There was another means also by which his father sought to increase his knowledge of the practical sciences. He would accompany him daily into the streets at all hours of the morning, afternoon and evening. He made him familiar with many labyrinths among the highways and byways of the great city. He gave him an insight into many obscure methods of acquiring pieces of silver. He would denote the character of individual persons as they passed by; and above all, he strove to make the boy familiar with the language that was in daily use about him, and with the plane of ideas of those who used it.
In the course of one of these daily lessons his father pointed out a boy kneeling at the edge of the pavement with a box before him, some brushes and a pot of blacking.
“That boy, beloved one,” said his father, “maintains his place in the scheme by removing the mud from the boots of the passers-by. Observe him now cleansing those of the man in the tall bright hat. For so doing he will be rewarded with a small piece of silver, and with that piece of silver he will obtain food and a roof for his head.”
“I don’t understand, my father, I don’t understand,” said the boy in deep perplexity. “If the man in the tall bright hat gives away to others the pieces of silver he possesses because he is too proud to bear a little mud on his boots, how can he obtain food for himself, and how can he sustain the little room in which he dwells?”
“We will follow in the footsteps of that man,” said his father, “and seek to find out the means by which he gains his own pieces of silver in such profusion.”
For many weeks the boy’s education in the practical sciences was conducted in this fashion; and although at first he lived in a state of deep perplexity, and was often overcome by the feeling that he would never find a key to these bewildering enigmas that made up the life of the great world out of doors, which now for some inscrutable purpose he was called upon to enter, perseverance, study and devout patience furnished him at last with some kind of reward.

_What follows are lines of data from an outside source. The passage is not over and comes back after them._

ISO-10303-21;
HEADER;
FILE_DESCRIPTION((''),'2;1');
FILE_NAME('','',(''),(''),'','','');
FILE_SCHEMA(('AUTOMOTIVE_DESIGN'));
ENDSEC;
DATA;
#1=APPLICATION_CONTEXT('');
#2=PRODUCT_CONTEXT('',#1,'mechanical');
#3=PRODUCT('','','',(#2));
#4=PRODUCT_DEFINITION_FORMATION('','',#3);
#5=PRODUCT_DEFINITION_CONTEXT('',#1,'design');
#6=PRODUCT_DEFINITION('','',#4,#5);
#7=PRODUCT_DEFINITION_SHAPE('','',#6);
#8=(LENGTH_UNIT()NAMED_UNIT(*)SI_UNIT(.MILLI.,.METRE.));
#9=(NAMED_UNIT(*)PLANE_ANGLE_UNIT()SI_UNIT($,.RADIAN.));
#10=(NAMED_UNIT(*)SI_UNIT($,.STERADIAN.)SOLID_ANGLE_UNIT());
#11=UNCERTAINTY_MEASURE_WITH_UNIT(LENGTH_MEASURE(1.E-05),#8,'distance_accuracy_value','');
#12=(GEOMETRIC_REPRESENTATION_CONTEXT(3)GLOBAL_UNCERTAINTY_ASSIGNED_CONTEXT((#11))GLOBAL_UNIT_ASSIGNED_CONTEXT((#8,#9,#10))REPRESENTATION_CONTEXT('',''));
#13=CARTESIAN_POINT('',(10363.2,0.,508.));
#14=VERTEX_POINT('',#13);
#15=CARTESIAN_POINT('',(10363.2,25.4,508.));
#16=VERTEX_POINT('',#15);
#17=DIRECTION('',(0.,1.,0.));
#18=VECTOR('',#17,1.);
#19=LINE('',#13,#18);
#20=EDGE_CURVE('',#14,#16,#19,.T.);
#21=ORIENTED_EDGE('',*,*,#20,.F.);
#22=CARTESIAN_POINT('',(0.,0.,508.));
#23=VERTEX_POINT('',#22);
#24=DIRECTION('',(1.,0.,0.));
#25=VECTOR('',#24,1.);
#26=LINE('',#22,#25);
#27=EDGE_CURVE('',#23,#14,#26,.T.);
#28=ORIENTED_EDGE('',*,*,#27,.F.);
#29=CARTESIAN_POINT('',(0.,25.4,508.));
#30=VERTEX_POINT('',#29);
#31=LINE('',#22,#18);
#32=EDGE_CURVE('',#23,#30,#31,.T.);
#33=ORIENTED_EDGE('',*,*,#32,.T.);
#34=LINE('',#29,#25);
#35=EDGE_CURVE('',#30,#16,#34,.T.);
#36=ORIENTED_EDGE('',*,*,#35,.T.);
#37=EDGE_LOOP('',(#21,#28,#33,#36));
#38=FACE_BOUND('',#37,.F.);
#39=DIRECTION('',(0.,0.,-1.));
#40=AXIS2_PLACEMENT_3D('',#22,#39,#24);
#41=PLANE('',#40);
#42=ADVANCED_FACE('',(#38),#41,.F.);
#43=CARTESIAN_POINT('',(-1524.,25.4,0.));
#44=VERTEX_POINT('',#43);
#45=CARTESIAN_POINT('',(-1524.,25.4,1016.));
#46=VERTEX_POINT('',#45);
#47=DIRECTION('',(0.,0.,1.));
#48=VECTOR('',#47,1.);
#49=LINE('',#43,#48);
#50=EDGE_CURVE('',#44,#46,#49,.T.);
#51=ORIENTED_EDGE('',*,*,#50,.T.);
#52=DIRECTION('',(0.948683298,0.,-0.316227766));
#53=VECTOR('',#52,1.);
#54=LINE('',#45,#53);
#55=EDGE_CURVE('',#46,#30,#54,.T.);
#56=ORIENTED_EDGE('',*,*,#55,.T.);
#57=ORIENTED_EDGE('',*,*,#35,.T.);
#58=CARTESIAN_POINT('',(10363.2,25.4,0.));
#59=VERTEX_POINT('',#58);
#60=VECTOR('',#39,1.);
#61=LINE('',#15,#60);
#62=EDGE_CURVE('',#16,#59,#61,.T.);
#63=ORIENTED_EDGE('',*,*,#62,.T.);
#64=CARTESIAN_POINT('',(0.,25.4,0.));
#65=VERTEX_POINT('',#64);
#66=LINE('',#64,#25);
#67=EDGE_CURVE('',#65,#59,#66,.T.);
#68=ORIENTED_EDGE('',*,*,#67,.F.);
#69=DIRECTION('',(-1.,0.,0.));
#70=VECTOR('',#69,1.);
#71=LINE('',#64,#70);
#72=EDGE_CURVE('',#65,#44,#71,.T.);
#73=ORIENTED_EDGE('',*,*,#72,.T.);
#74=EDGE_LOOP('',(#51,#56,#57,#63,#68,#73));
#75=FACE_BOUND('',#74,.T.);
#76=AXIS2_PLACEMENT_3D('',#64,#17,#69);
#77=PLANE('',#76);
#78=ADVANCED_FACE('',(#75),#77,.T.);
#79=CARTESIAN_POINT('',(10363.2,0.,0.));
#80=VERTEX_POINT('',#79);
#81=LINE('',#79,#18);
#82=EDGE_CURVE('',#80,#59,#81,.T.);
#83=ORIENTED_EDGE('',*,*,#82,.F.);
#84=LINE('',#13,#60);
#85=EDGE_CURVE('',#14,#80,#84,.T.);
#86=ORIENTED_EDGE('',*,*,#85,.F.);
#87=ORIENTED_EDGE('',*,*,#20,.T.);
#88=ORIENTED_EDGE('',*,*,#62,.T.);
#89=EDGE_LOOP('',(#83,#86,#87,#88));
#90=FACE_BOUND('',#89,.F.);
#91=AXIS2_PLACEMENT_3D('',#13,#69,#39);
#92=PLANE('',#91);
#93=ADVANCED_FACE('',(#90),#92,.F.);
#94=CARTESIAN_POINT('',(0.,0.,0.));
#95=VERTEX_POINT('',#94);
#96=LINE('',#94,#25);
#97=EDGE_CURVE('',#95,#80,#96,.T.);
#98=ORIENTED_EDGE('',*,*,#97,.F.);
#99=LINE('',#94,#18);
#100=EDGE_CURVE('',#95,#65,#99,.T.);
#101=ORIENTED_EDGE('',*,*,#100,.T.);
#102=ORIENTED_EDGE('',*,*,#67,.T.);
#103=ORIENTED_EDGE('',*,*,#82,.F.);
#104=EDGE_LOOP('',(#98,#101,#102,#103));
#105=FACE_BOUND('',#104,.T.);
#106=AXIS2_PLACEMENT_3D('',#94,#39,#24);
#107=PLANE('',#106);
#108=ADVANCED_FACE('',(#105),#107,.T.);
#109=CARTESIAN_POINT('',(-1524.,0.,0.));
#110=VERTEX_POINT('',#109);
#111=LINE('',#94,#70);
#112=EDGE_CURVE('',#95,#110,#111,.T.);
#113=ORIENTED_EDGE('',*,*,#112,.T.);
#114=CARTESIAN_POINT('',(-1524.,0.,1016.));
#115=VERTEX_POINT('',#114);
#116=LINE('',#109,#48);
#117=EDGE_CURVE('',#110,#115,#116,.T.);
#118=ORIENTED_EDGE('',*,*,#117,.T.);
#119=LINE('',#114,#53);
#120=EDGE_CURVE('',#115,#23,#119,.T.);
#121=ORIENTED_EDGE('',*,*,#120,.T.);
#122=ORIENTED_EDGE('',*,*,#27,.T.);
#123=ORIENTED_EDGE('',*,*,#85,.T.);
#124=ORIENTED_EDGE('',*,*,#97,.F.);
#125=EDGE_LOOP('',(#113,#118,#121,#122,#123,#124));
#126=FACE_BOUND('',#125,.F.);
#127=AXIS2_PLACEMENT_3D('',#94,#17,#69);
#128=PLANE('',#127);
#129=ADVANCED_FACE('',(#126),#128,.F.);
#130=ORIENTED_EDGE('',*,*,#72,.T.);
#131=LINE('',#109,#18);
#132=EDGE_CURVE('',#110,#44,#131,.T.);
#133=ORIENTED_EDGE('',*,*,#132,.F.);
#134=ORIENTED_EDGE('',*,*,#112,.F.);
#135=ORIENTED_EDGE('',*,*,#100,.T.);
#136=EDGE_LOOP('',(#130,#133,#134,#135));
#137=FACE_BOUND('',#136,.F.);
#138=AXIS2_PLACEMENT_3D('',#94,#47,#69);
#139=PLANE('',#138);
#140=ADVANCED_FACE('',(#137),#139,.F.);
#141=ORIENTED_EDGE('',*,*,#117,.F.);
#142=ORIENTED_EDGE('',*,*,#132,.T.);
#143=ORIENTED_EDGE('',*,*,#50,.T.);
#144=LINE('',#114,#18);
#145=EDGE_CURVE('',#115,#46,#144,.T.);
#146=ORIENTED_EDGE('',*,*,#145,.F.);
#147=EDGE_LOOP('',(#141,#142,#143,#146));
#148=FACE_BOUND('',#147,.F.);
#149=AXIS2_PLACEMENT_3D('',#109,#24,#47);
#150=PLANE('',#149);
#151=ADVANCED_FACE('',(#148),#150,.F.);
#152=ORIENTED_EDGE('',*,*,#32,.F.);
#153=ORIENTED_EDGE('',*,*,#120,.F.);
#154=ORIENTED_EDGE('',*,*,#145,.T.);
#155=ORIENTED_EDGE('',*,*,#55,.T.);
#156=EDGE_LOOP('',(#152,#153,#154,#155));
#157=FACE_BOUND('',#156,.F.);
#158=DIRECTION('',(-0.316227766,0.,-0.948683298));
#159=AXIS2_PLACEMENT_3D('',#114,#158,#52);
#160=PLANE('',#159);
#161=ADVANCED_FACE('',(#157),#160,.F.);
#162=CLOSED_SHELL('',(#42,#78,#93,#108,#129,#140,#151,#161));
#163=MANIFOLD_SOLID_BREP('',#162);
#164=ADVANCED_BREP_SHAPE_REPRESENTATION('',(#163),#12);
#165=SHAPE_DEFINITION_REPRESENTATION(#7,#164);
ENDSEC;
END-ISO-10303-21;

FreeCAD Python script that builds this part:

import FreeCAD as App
import Part
import Sketcher
from FreeCAD import Vector
Q = App.Units.Quantity


def add_polygon(sketch, points):
    """Adds a closed chain of lines whose ends are joined by coincident constraints."""
    first, n = sketch.GeometryCount, len(points)
    for a, b in zip(points, points[1:] + points[:1]):
        sketch.addGeometry(Part.LineSegment(App.Vector(*a, 0), App.Vector(*b, 0)), False)
    for i in range(n):
        sketch.addConstraint(Sketcher.Constraint("Coincident", first + i, 2, first + (i + 1) % n, 1))

doc = App.newDocument("Part")
body = doc.addObject("PartDesign::Body", "Body")

# Sketch on XZ plane
sketch1 = doc.addObject("Sketcher::SketchObject", "Sketch")
body.addObject(sketch1)
sketch1.AttachmentSupport = (doc.XZ_Plane, [""])
sketch1.MapMode = "FlatFace"
add_polygon(sketch1, [(10363.2, 0), (-1524, 0), (-1524, 1016), (0, 508), (10363.2, 508)])  # lines 0-4
sketch1.addConstraint([
    Sketcher.Constraint("Horizontal", 0),
    Sketcher.Constraint("Vertical", 1),
    Sketcher.Constraint("Horizontal", 3),
    Sketcher.Constraint("Vertical", 4),
    Sketcher.Constraint("PointOnObject", 0, 2, -1),
    Sketcher.Constraint("PointOnObject", 2, 2, -2),
    Sketcher.Constraint("DistanceX", 3, 1, 3, 2, Q("408 in")),
    Sketcher.Constraint("DistanceY", 1, 1, 1, 2, Q("40 in")),
    Sketcher.Constraint("DistanceY", 4, 2, 4, 1, Q("20 in")),
    Sketcher.Constraint("DistanceX", 0, 2, -1, 1, Q("60 in")),
])
pad1 = doc.addObject("PartDesign::Pad", "Pad")
body.addObject(pad1)
pad1.Profile = sketch1
pad1.Length = Q("1 in")
pad1.Reversed = True

doc.recompute()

Not less than two years of concentrated effort was necessary ere the boy began to make real progress in the least subtle of the astonishing complexities of that potent civilization of the West as evolved in the latter days of the nineteenth century of the Christian era. But as one slight piece of knowledge after another rewarded his intense application, he seemed to derive some ground of certainty from his successes, so that by the time he was nearly eighteen years of age he had pieced together these hard-won fragments of experience in such numbers that they wove themselves into a kind of fabric of lucid ideas. Endowed with this basis upon which to stand, he felt the hour to be at hand when the courage and the capacity would be his to make some sort of an entrance into the life of men and things, in the actual and visible out-of-doors world.
One evening he said to his father with an almost proud air: “To-morrow, my father, I intend to put to the test all this knowledge that has come to me during my many days of study—that is, of course, my father, if you think I speak the language well enough.”